§ **Problem**: The following data has a line with "f 109 52 83" and a line with "f 100 102 119". Write out exactly those lines and all the lines between them.

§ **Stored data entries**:
+---+

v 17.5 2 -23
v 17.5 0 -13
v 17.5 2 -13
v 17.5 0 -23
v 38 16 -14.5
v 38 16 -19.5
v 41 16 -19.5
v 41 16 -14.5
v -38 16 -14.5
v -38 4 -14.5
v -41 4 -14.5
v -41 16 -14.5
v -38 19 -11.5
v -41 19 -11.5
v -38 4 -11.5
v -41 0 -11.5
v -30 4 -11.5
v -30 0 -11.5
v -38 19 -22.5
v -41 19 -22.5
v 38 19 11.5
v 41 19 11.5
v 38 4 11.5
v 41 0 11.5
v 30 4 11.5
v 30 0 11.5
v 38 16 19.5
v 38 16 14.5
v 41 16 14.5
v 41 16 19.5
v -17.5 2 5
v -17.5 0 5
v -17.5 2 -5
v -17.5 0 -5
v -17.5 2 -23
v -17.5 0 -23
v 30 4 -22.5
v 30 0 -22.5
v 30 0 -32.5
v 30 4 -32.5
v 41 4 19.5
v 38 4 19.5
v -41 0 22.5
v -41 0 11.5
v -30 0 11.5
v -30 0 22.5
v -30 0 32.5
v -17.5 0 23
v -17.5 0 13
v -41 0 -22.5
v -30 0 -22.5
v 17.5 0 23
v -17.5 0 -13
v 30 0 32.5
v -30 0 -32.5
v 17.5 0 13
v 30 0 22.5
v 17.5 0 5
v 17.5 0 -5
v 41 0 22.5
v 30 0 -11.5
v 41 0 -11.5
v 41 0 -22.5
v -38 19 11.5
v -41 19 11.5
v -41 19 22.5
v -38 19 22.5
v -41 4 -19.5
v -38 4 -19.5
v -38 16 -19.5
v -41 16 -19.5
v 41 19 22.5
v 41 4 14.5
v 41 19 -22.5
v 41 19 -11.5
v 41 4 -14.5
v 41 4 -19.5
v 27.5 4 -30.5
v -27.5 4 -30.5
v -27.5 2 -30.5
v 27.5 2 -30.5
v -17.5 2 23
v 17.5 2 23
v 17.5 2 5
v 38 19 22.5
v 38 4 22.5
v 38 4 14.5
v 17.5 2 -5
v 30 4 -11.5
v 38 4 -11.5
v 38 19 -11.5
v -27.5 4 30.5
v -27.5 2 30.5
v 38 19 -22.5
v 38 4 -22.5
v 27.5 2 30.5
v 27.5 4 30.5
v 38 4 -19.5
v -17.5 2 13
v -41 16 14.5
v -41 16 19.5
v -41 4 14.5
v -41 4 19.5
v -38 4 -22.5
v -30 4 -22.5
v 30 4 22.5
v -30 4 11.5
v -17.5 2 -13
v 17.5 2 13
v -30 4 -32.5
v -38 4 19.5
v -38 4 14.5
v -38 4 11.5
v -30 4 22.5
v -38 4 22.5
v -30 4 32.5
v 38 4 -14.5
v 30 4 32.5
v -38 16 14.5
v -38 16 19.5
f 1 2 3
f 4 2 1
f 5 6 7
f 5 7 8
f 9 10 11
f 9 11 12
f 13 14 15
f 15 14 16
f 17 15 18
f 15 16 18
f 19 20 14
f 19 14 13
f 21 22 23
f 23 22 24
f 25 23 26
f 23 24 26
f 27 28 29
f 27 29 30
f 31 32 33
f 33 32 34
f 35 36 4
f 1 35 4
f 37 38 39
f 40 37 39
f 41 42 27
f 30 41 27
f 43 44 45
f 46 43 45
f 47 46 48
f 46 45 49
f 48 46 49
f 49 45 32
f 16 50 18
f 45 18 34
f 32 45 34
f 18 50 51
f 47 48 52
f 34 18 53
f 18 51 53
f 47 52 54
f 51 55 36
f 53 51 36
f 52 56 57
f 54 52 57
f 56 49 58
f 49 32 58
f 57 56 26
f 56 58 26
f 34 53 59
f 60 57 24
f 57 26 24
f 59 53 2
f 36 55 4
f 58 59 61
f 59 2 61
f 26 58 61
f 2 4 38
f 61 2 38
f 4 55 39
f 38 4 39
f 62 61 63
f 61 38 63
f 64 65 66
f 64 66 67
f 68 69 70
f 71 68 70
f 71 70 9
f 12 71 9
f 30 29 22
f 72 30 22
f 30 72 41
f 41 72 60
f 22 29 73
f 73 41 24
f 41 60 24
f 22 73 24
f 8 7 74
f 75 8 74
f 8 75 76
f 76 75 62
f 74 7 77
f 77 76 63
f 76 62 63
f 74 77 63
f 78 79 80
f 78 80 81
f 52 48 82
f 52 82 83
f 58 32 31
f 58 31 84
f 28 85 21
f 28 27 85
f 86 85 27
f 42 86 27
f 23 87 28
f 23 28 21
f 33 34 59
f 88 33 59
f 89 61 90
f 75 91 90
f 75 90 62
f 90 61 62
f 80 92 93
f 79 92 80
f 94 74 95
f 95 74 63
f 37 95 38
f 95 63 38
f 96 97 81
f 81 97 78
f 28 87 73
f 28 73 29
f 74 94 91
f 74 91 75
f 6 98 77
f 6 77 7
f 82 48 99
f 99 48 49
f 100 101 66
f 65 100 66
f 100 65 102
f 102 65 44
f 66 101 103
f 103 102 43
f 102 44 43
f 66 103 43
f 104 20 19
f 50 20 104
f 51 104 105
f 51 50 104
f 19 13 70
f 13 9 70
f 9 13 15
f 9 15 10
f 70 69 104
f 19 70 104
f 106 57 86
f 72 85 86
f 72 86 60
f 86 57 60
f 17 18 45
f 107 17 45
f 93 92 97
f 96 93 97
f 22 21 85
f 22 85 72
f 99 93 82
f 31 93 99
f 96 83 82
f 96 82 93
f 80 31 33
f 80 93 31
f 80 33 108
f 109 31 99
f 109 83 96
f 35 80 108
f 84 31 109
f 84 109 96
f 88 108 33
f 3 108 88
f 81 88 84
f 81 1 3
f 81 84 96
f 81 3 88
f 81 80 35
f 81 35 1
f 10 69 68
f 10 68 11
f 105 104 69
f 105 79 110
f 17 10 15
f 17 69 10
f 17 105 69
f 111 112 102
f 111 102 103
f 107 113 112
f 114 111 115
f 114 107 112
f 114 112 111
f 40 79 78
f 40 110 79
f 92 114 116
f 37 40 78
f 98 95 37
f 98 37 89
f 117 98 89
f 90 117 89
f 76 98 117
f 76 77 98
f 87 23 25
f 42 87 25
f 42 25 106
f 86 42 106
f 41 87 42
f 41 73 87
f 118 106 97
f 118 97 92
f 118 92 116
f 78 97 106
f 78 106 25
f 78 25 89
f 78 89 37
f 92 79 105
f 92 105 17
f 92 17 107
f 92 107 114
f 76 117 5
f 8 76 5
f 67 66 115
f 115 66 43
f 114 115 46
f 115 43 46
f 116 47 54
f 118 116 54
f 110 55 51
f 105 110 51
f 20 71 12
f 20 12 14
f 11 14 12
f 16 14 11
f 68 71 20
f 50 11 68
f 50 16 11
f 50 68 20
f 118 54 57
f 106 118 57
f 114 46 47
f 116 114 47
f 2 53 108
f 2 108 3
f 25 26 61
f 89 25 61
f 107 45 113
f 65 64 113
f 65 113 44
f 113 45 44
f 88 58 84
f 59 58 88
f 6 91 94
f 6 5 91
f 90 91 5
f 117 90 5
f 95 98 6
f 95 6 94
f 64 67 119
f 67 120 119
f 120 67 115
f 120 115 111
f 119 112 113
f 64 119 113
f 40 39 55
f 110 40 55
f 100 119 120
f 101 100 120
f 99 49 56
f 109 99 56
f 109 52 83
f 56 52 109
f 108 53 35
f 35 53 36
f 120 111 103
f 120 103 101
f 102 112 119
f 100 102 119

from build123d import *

# Parameters (mm, degrees)
SALIENTE_EXTRUIR1_DEPTH    = 4
CROQUIS2_W                 = 55
CROQUIS2_H                 = 61
CORTAR_EXTRUIR1_DEPTH      = 2
CROQUIS12_W                = 3
CROQUIS12_H                = 11
SALIENTE_EXTRUIR2_DEPTH    = 15
CROQUIS13_W                = 5
CROQUIS13_H                = 12
CORTAR_EXTRUIR8_DEPTH      = 80
CORTAR_EXTRUIR8_DEPTH_BACK = 4
CROQUIS14_W                = 5
CROQUIS14_H                = 12
CORTAR_EXTRUIR9_DEPTH      = 80
CORTAR_EXTRUIR9_DEPTH_BACK = 4
CROQUIS15_W                = 35
CROQUIS15_H                = 10
CORTAR_EXTRUIR10_DEPTH     = 20


with BuildPart() as part:
    # Croquis1 → Saliente-Extruir1 (new body)
    with BuildSketch(Plane(origin=(0, 0, 0), x_dir=(1, 0, 0), z_dir=(0, 1, 0))):
        Polygon((30, -32.5), (30, -22.5), (41, -22.5), (41, -11.5), (30, -11.5), (30, 11.5), (41, 11.5), (41, 22.5), (30, 22.5), (30, 32.5), (-30, 32.5), (-30, 22.5), (-41, 22.5), (-41, 11.5), (-30, 11.5), (-30, -11.5), (-41, -11.5), (-41, -22.5), (-30, -22.5), (-30, -32.5), align=None)
    extrude(amount=SALIENTE_EXTRUIR1_DEPTH)

    # Croquis2 → Cortar-Extruir1 (cut)
    with BuildSketch(Plane(origin=(0, 4, 0), x_dir=(1, 0, 0), z_dir=(0, 1, 0))):
        Rectangle(CROQUIS2_W, CROQUIS2_H)
    extrude(amount=-CORTAR_EXTRUIR1_DEPTH, mode=Mode.SUBTRACT)

    # Croquis12 → Saliente-Extruir2 (add)
    with BuildSketch(Plane(origin=(0, 4, 0), x_dir=(1, 0, 0), z_dir=(0, 1, 0))):
        with Locations((-39.5, 17)):
            Rectangle(CROQUIS12_W, CROQUIS12_H)
        with Locations((-39.5, -17)):
            Rectangle(CROQUIS12_W, CROQUIS12_H)
        with Locations((39.5, -17)):
            Rectangle(CROQUIS12_W, CROQUIS12_H)
        with Locations((39.5, 17)):
            Rectangle(CROQUIS12_W, CROQUIS12_H)
    extrude(amount=SALIENTE_EXTRUIR2_DEPTH)

    # Croquis13 → Cortar-Extruir8 (cut, two sides)
    with BuildSketch(Plane.ZY.offset(-38)) as cortar_extruir8_sk:
        with Locations((-17, 10)):
            Rectangle(CROQUIS13_W, CROQUIS13_H)
    extrude(amount=CORTAR_EXTRUIR8_DEPTH, mode=Mode.SUBTRACT)
    extrude(cortar_extruir8_sk.sketch, amount=-CORTAR_EXTRUIR8_DEPTH_BACK, mode=Mode.SUBTRACT)

    # Croquis14 → Cortar-Extruir9 (cut, two sides)
    with BuildSketch(Plane.ZY.offset(-38)) as cortar_extruir9_sk:
        with Locations((17, 10)):
            Rectangle(CROQUIS14_W, CROQUIS14_H)
    extrude(amount=CORTAR_EXTRUIR9_DEPTH, mode=Mode.SUBTRACT)
    extrude(cortar_extruir9_sk.sketch, amount=-CORTAR_EXTRUIR9_DEPTH_BACK, mode=Mode.SUBTRACT)

    # Croquis15 → Cortar-Extruir10 (cut, through all)
    with BuildSketch(Plane(origin=(0, 0, 0), x_dir=(1, 0, 0), z_dir=(0, 1, 0))):
        Rectangle(CROQUIS15_W, CROQUIS15_H)
        with Locations((0, -18)):
            Rectangle(CROQUIS15_W, CROQUIS15_H)
        with Locations((0, 18)):
            Rectangle(CROQUIS15_W, CROQUIS15_H)
    extrude(amount=CORTAR_EXTRUIR10_DEPTH, mode=Mode.SUBTRACT)


solid = part.part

+---+

§ **Answer section**:
f 109 52 83
f 56 52 109
f 108 53 35
f 35 53 36
f 120 111 103
f 120 103 101
f 102 112 119
f 100 102 119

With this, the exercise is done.